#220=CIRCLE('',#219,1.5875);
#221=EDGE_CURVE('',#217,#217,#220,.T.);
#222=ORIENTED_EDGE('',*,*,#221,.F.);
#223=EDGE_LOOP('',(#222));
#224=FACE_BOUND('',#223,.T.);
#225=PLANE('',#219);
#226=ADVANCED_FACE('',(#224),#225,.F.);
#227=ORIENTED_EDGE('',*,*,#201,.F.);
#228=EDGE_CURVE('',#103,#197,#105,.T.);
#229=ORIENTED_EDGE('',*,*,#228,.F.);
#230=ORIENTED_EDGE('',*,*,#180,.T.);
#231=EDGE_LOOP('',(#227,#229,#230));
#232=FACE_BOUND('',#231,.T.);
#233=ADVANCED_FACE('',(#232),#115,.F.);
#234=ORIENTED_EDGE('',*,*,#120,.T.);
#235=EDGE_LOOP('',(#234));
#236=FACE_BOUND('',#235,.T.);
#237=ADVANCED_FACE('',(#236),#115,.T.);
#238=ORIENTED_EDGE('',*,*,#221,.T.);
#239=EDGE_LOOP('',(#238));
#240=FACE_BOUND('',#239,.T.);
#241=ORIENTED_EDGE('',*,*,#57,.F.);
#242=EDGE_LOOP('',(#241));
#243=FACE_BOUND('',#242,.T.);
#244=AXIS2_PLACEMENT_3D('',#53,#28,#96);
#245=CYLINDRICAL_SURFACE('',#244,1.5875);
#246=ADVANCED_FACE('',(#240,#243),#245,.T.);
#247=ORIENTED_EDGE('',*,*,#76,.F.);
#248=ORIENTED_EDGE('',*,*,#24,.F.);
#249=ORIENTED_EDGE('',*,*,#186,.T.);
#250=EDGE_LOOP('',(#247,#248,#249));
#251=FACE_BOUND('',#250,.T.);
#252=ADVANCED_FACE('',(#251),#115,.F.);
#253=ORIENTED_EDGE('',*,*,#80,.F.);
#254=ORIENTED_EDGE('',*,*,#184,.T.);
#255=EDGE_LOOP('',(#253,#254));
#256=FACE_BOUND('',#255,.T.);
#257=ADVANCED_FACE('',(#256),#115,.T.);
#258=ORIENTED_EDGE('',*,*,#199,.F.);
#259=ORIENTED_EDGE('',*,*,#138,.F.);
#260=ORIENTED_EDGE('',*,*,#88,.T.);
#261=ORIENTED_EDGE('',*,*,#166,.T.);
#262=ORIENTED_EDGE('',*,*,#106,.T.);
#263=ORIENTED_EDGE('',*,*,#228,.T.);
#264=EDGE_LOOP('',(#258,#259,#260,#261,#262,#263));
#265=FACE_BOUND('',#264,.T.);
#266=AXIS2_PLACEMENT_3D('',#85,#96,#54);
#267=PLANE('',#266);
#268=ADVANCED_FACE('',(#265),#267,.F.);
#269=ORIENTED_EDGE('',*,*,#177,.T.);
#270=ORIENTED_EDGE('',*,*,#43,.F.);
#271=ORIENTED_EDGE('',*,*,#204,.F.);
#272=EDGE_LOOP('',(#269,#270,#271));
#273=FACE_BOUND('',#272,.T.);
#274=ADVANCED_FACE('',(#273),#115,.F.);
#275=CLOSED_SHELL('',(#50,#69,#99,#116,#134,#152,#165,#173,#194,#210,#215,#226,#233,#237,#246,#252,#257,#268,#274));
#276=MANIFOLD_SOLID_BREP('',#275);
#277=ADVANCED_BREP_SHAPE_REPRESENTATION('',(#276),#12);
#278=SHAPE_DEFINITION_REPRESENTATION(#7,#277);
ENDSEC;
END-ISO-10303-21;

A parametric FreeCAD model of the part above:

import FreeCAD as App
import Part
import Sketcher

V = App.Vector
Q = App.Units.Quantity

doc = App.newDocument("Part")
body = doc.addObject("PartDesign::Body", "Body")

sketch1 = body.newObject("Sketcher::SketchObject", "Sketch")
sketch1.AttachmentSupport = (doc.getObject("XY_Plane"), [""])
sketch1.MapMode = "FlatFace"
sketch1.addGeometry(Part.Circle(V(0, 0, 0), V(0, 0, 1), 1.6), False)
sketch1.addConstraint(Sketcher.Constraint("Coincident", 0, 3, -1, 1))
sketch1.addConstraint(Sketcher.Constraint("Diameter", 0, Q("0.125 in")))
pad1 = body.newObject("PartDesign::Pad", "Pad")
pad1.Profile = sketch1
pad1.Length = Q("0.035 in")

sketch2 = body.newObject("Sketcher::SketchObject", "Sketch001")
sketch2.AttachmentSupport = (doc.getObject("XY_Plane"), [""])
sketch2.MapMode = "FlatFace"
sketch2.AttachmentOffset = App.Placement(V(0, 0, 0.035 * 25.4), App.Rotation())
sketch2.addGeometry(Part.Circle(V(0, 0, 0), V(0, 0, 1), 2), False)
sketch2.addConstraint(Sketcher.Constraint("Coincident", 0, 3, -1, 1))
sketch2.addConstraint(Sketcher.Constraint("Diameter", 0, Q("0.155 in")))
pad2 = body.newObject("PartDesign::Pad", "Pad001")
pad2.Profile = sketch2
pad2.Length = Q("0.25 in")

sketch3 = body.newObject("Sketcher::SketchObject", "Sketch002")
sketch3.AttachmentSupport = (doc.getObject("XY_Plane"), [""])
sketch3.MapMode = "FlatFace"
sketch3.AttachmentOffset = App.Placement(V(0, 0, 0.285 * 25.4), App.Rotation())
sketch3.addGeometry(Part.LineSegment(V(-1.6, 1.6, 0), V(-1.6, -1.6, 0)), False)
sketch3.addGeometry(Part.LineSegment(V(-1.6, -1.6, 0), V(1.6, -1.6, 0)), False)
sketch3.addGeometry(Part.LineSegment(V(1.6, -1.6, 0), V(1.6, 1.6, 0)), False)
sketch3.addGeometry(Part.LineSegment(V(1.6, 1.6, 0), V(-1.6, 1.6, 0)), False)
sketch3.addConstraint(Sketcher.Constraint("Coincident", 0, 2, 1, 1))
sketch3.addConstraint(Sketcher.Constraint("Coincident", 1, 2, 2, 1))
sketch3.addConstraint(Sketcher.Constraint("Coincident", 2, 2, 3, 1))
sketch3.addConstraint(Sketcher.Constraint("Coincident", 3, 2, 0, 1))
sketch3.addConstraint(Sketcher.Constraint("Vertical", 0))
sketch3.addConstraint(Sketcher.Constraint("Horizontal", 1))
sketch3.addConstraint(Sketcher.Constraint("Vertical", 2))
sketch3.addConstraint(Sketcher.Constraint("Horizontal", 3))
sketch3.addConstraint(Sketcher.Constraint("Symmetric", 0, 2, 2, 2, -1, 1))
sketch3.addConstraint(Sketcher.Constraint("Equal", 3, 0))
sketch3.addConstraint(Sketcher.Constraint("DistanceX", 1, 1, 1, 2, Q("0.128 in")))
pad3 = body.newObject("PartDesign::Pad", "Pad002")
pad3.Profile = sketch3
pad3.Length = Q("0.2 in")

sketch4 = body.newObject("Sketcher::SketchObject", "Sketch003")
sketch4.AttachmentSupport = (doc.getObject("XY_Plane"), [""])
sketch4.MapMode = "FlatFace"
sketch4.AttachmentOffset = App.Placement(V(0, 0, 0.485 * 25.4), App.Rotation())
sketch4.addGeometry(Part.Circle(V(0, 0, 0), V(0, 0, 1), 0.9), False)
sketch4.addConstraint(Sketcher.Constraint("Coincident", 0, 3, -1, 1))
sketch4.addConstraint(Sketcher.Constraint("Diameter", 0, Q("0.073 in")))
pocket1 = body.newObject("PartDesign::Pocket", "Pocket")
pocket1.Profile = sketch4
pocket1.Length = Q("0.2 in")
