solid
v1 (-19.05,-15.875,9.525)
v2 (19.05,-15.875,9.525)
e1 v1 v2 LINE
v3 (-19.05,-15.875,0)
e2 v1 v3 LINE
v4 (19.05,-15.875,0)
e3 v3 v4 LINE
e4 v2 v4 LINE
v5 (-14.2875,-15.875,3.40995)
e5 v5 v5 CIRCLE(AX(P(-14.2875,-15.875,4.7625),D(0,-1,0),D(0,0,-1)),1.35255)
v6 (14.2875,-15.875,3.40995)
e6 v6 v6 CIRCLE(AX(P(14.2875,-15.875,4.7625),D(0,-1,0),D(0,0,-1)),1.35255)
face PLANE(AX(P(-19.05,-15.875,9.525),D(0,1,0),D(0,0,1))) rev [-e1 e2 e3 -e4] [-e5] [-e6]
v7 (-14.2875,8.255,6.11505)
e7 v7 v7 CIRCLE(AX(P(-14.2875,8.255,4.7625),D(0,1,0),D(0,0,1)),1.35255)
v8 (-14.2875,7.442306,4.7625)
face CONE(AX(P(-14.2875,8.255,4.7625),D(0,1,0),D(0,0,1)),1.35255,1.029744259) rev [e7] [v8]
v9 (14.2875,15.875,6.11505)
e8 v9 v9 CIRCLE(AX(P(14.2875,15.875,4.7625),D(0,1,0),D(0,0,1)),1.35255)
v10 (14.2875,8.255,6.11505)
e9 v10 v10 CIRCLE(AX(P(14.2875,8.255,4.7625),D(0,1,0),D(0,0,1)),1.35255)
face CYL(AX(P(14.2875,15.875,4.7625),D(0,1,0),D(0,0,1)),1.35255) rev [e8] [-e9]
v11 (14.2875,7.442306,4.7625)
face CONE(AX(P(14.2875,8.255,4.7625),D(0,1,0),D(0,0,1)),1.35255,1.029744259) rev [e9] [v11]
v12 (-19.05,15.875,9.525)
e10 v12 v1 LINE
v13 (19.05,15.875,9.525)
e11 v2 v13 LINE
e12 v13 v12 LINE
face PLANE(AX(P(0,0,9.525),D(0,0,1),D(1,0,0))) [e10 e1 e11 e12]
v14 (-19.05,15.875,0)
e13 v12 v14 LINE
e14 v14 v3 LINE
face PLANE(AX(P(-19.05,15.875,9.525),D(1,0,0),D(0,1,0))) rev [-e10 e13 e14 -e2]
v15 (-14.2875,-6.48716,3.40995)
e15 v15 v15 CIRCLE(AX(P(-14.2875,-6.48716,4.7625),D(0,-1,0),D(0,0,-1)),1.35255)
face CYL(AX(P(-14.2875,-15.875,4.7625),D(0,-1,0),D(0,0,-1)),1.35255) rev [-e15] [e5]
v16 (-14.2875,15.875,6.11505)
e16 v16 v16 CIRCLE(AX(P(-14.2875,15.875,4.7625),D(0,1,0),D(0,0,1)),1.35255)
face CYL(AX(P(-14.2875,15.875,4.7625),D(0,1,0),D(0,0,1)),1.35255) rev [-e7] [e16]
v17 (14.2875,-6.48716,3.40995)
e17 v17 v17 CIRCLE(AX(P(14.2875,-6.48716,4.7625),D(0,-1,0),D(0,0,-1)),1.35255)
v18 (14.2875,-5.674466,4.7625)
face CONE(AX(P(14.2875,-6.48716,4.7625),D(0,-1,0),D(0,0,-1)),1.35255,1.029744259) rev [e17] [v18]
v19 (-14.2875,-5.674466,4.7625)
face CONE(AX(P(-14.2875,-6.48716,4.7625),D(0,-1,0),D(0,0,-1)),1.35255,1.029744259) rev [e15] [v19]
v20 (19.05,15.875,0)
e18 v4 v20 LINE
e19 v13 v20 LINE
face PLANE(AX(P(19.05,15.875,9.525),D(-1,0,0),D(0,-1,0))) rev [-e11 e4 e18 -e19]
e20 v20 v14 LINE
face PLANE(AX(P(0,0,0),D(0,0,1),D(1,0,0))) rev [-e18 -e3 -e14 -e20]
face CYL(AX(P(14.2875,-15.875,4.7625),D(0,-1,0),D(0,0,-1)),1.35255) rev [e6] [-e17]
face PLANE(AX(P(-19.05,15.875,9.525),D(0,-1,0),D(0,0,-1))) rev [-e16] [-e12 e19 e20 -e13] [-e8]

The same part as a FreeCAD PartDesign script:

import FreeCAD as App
import Part
import Sketcher
from FreeCAD import Vector
Q = App.Units.Quantity

doc = App.newDocument("Part")
params = doc.addObject("Spreadsheet::Sheet", "Params")
for row, (alias, value) in enumerate([
    ("sketch1_width", "1.5 in"),
    ("sketch1_height", "1.25 in"),
    ("pad1_length", "0.375 in"),
    ("hole_diameter", "0.1065 in"),
    ("hole_depth", "0.3 in"),
    ("hole2_diameter", "0.1065 in"),
    ("hole2_depth", "0.3696 in"),
], start=1):
    params.set(f"A{row}", alias)
    params.set(f"B{row}", "=" + value)
    params.setAlias(f"B{row}", alias)

body = doc.addObject("PartDesign::Body", "Body")

# Sketch on XY plane
sketch1 = body.newObject("Sketcher::SketchObject", "Sketch")
sketch1.AttachmentSupport = (doc.getObject("XY_Plane"), [""])
sketch1.MapMode = "FlatFace"
sketch1.addGeometry([
    Part.LineSegment(Vector(-19, 16, 0), Vector(-19, -16, 0)),
    Part.LineSegment(Vector(-19, -16, 0), Vector(19, -16, 0)),
    Part.LineSegment(Vector(19, -16, 0), Vector(19, 16, 0)),
    Part.LineSegment(Vector(19, 16, 0), Vector(-19, 16, 0)),
], False)
sketch1.addConstraint([
    Sketcher.Constraint("Coincident", 0, 2, 1, 1),
    Sketcher.Constraint("Coincident", 1, 2, 2, 1),
    Sketcher.Constraint("Coincident", 2, 2, 3, 1),
    Sketcher.Constraint("Coincident", 3, 2, 0, 1),
    Sketcher.Constraint("Vertical", 0),
    Sketcher.Constraint("Horizontal", 1),
    Sketcher.Constraint("Vertical", 2),
    Sketcher.Constraint("Horizontal", 3),
    Sketcher.Constraint("Symmetric", 0, 2, 2, 2, -1, 1),
    Sketcher.Constraint("DistanceX", 1, 1, 1, 2, Q("1.5 in")),
    Sketcher.Constraint("DistanceY", 0, 2, 0, 1, Q("1.25 in")),
])
sketch1.setExpression("Constraints[9]", "Params.sketch1_width")
sketch1.setExpression("Constraints[10]", "Params.sketch1_height")
pad1 = body.newObject("PartDesign::Pad", "Pad")
pad1.Profile = sketch1
pad1.setExpression("Length", "Params.pad1_length")

# Sketch on XZ plane
sketch2 = body.newObject("Sketcher::SketchObject", "Sketch001")
sketch2.AttachmentSupport = (doc.getObject("XZ_Plane"), [""])
sketch2.MapMode = "FlatFace"
sketch2.AttachmentOffset = App.Placement(Vector(0, 0, -0.625 * 25.4), App.Rotation())
sketch2.addGeometry([
    Part.Circle(Vector(-14.3, 4.8, 0), Vector(0, 0, 1), 1.4),
    Part.Circle(Vector(14.3, 4.8, 0), Vector(0, 0, 1), 1.4),
], False)
sketch2.addConstraint([
    Sketcher.Constraint("Equal", 0, 1),
    Sketcher.Constraint("Symmetric", 0, 3, 1, 3, -2),
    Sketcher.Constraint("Diameter", 0, Q("0.1065 in")),
    Sketcher.Constraint("DistanceX", 0, 3, -1, 1, Q("0.5625 in")),
    Sketcher.Constraint("DistanceY", -1, 1, 0, 3, Q("0.1875 in")),
])
doc.recompute()
hole = body.newObject("PartDesign::Hole", "Hole")
hole.Profile = sketch2
hole.ThreadType = "None"
hole.setExpression("Diameter", "Params.hole_diameter")
hole.DepthType = "Dimension"
hole.setExpression("Depth", "Params.hole_depth")
hole.DrillPoint = "Angled"
hole.DrillPointAngle = 118
hole.Reversed = True

# Sketch on XZ plane
sketch3 = body.newObject("Sketcher::SketchObject", "Sketch002")
sketch3.AttachmentSupport = (doc.getObject("XZ_Plane"), [""])
sketch3.MapMode = "FlatFace"
sketch3.AttachmentOffset = App.Placement(Vector(0, 0, 0.625 * 25.4), App.Rotation())
sketch3.addGeometry([
    Part.Circle(Vector(14.3, 4.8, 0), Vector(0, 0, 1), 1.4),
    Part.Circle(Vector(-14.3, 4.8, 0), Vector(0, 0, 1), 1.4),
], False)
sketch3.addConstraint([
    Sketcher.Constraint("Equal", 0, 1),
    Sketcher.Constraint("Symmetric", 0, 3, 1, 3, -2),
    Sketcher.Constraint("Diameter", 0, Q("0.1065 in")),
    Sketcher.Constraint("DistanceX", -1, 1, 0, 3, Q("0.5625 in")),
    Sketcher.Constraint("DistanceY", -1, 1, 0, 3, Q("0.1875 in")),
])
doc.recompute()
hole2 = body.newObject("PartDesign::Hole", "Hole001")
hole2.Profile = sketch3
hole2.ThreadType = "None"
hole2.setExpression("Diameter", "Params.hole2_diameter")
hole2.DepthType = "Dimension"
hole2.setExpression("Depth", "Params.hole2_depth")
hole2.DrillPoint = "Angled"
hole2.DrillPointAngle = 118

doc.recompute()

§ **What the task requires**: Here the job is to set down exactly the lines of the material above that fall between the one with "#223=EDGE_LOOP('',(#222));" and the one with "#238=ORIENTED_EDGE('',*,*,#221,.T.);", inclusive, and nothing beyond them.

§ **Exercise result**:
#223=EDGE_LOOP('',(#222));
#224=FACE_BOUND('',#223,.T.);
#225=PLANE('',#219);
#226=ADVANCED_FACE('',(#224),#225,.F.);
#227=ORIENTED_EDGE('',*,*,#201,.F.);
#228=EDGE_CURVE('',#103,#197,#105,.T.);
#229=ORIENTED_EDGE('',*,*,#228,.F.);
#230=ORIENTED_EDGE('',*,*,#180,.T.);
#231=EDGE_LOOP('',(#227,#229,#230));
#232=FACE_BOUND('',#231,.T.);
#233=ADVANCED_FACE('',(#232),#115,.F.);
#234=ORIENTED_EDGE('',*,*,#120,.T.);
#235=EDGE_LOOP('',(#234));
#236=FACE_BOUND('',#235,.T.);
#237=ADVANCED_FACE('',(#236),#115,.T.);
#238=ORIENTED_EDGE('',*,*,#221,.T.);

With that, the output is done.